Set down the material exactly. Keep every line.
Start of Data for this exercise
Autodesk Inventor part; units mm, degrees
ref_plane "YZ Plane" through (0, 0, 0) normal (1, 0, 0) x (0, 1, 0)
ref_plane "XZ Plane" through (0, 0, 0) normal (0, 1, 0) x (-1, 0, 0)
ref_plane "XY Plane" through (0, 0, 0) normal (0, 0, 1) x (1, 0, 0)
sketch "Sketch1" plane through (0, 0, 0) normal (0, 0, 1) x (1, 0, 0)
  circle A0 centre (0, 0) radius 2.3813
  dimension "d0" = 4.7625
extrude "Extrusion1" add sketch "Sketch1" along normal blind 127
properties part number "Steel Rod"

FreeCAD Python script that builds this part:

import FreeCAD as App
import Part
import Sketcher
from FreeCAD import Vector
Q = App.Units.Quantity

doc = App.newDocument("Part")
body = doc.addObject("PartDesign::Body", "Body")

# Sketch on XY plane
sketch1 = body.newObject("Sketcher::SketchObject", "Sketch")
sketch1.AttachmentSupport = (doc.getObject("XY_Plane"), [""])
sketch1.MapMode = "FlatFace"
sketch1.addGeometry(Part.Circle(Vector(0, 0, 0), Vector(0, 0, 1), 2.4), False)
sketch1.addConstraint([
    Sketcher.Constraint("Coincident", 0, 3, -1, 1),
    Sketcher.Constraint("Diameter", 0, Q("0.1875 in")),
])
pad1 = body.newObject("PartDesign::Pad", "Pad")
pad1.Profile = sketch1
pad1.Length = Q("5 in")

doc.recompute()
End of Data for this exercise
Answer to this exercise >>
Autodesk Inventor part; units mm, degrees
ref_plane "YZ Plane" through (0, 0, 0) normal (1, 0, 0) x (0, 1, 0)
ref_plane "XZ Plane" through (0, 0, 0) normal (0, 1, 0) x (-1, 0, 0)
ref_plane "XY Plane" through (0, 0, 0) normal (0, 0, 1) x (1, 0, 0)
sketch "Sketch1" plane through (0, 0, 0) normal (0, 0, 1) x (1, 0, 0)
  circle A0 centre (0, 0) radius 2.3813
  dimension "d0" = 4.7625
extrude "Extrusion1" add sketch "Sketch1" along normal blind 127
properties part number "Steel Rod"

FreeCAD Python script that builds this part:

import FreeCAD as App
import Part
import Sketcher
from FreeCAD import Vector
Q = App.Units.Quantity

doc = App.newDocument("Part")
body = doc.addObject("PartDesign::Body", "Body")

# Sketch on XY plane
sketch1 = body.newObject("Sketcher::SketchObject", "Sketch")
sketch1.AttachmentSupport = (doc.getObject("XY_Plane"), [""])
sketch1.MapMode = "FlatFace"
sketch1.addGeometry(Part.Circle(Vector(0, 0, 0), Vector(0, 0, 1), 2.4), False)
sketch1.addConstraint([
    Sketcher.Constraint("Coincident", 0, 3, -1, 1),
    Sketcher.Constraint("Diameter", 0, Q("0.1875 in")),
])
pad1 = body.newObject("PartDesign::Pad", "Pad")
pad1.Profile = sketch1
pad1.Length = Q("5 in")

doc.recompute()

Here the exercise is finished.